Morris claims, "In the aftermath of the Cuban missile crisis, Allen Dulles called Clare and told her that in view of the President's pledge to desist from Cuba-Libre operations, she must end her support of a 'Flying Tigers' motorboat." This seems hard to believe and is sourced to an account from CBL herself to Betty Beale of the CIA-friendly Washington Post on November 16, 1975. Morris writes, "Allen Dulles had been succeeded at this time as Director of the CIA by John McCone, but remained clandestinely active in agency affairs."
And Morris quotes what she calls, without apparent irony, an evidently unpublished "tribute" to the slain President Kennedy that CBL wrote on Nov. 24, 1963, and which seems suggestive in this context: "The President's death was not senseless. It contained the elements of both Greek tragedy and Christian tragedy. . . . His life may have been the price he paid for the Bay of Pigs."

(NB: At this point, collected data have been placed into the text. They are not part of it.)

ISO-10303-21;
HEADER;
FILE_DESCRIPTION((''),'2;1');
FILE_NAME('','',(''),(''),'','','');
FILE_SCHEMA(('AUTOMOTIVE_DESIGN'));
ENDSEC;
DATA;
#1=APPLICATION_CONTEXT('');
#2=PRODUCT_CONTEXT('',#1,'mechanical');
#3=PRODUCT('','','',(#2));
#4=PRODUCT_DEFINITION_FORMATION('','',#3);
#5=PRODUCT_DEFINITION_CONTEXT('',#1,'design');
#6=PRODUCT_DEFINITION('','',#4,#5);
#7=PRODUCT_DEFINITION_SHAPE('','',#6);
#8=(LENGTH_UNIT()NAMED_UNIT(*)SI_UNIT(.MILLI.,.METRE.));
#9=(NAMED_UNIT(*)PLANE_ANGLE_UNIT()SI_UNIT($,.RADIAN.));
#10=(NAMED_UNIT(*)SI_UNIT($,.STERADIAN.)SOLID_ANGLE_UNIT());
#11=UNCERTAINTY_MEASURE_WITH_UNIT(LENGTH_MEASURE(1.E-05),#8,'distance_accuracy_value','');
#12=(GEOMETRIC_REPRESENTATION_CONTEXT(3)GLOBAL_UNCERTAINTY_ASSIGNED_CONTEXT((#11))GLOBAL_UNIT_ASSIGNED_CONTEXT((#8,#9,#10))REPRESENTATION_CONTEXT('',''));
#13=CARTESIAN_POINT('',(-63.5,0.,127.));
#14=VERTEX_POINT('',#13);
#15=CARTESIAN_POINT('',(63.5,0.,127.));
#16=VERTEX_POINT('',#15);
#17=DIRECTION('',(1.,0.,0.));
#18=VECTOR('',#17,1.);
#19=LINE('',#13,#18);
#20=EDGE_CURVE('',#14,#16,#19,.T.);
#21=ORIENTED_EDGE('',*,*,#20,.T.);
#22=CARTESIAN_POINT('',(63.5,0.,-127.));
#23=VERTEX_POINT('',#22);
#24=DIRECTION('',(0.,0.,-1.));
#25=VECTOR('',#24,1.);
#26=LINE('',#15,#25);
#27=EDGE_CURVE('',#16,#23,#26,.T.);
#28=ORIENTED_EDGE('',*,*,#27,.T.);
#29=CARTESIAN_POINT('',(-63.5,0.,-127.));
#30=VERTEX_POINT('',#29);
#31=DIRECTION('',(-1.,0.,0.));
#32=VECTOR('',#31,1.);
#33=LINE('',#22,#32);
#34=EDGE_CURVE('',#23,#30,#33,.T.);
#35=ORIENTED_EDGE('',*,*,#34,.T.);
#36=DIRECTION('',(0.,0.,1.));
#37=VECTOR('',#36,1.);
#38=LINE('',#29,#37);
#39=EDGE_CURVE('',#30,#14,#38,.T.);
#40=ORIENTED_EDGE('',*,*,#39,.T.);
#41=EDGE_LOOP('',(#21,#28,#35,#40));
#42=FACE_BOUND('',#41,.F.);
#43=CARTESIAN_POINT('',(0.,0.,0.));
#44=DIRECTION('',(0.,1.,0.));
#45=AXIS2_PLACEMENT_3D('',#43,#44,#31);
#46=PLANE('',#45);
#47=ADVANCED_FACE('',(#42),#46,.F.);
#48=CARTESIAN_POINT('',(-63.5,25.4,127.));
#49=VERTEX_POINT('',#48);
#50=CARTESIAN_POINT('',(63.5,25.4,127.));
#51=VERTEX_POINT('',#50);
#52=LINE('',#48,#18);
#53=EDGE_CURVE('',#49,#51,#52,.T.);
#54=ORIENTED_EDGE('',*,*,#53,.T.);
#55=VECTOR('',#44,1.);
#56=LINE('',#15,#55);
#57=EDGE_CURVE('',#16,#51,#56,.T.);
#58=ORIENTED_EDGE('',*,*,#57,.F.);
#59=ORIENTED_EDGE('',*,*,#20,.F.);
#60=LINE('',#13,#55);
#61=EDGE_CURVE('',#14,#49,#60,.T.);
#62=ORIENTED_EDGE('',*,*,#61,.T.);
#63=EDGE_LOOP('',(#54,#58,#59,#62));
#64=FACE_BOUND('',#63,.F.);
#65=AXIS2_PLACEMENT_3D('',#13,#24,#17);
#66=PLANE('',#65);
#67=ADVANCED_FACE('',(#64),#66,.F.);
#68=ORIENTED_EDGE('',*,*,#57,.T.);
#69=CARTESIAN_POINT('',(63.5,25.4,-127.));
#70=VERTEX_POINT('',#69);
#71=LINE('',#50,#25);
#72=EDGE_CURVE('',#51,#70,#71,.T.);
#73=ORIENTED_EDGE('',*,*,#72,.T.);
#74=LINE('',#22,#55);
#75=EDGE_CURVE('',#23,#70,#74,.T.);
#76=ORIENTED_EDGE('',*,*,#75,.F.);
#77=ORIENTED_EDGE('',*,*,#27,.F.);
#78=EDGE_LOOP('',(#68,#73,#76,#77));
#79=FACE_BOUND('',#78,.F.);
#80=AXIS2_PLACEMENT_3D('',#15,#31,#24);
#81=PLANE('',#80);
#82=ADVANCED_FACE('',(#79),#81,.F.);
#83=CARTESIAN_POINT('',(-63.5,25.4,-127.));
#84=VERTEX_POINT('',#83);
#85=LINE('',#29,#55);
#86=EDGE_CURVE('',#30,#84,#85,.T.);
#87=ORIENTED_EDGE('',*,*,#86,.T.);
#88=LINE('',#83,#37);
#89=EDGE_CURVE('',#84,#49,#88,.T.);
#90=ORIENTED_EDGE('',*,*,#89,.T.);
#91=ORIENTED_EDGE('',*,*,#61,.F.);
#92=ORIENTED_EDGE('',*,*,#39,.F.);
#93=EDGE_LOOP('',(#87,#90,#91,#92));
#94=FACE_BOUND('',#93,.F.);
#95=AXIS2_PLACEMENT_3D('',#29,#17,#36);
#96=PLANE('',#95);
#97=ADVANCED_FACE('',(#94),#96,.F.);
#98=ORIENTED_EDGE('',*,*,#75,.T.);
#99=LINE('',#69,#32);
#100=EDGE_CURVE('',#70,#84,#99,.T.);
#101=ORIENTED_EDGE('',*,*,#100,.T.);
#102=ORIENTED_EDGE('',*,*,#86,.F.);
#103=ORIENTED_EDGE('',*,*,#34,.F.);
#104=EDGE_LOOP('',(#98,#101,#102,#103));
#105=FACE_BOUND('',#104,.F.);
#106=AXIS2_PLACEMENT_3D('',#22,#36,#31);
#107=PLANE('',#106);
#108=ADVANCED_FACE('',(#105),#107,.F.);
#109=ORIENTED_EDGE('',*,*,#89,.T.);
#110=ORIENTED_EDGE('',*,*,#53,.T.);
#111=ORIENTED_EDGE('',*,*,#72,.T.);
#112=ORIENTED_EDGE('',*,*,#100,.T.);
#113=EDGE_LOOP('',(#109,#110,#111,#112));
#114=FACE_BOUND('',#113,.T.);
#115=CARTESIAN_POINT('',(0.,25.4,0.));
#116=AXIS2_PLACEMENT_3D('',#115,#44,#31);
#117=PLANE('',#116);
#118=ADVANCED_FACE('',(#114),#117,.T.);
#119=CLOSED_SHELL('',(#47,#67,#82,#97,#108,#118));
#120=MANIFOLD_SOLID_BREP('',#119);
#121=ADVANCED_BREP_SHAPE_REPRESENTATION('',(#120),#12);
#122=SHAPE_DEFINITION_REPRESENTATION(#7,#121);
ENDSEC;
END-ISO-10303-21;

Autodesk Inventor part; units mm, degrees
ref_plane "YZ Plane" through (0, 0, 0) normal (1, 0, 0) x (0, 1, 0)
ref_plane "XZ Plane" through (0, 0, 0) normal (0, 1, 0) x (-1, 0, 0)
ref_plane "XY Plane" through (0, 0, 0) normal (0, 0, 1) x (1, 0, 0)
sketch "Sketch1" plane through (0, 0, 0) normal (0, 1, 0) x (-1, 0, 0)
  line L0 (-63.5, 127) -> (-63.5, -127)
  line L1 (-63.5, -127) -> (63.5, -127)
  line L2 (63.5, -127) -> (63.5, 127)
  line L3 (63.5, 127) -> (-63.5, 127)
  line L4 (-63.5, 127) -> (63.5, -127) construction
  line L5 (-63.5, -127) -> (63.5, 127) construction
  point P0 (0, 0)
  dimension "height" = 127
  dimension "width" = 254
extrude "Extrusion1" add sketch "Sketch1" along normal blind 25.4
properties part number "bottomOfCase"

The Morris book also quotes the well-known exchange between CBL and LBJ on the night of the 1961 inauguration. They were riding in an Inaugural Ball bus together when "She reminded him that when they last met, just before the Democratic convention, he had been confident of getting the presidential nomination, and had profanely vowed that even if he lost, there was no way' he would take the second spot under JFK.
"Come clean, Lyndon," she teased him.
"He leaned close and whispered, Clare, I looked it up. One out of every four presidents has died in office. I'm a gamblin' man darlin', and this is the only one chance I got.'"
As I note in INTO THE NIGHTMARE, assassination researcher Bill Kelly observes, "Although the true odds were one in five presidents, or twenty percent, died in office, perhaps LBJ knew he could improve those odds, and it wasn't such a gamble at all."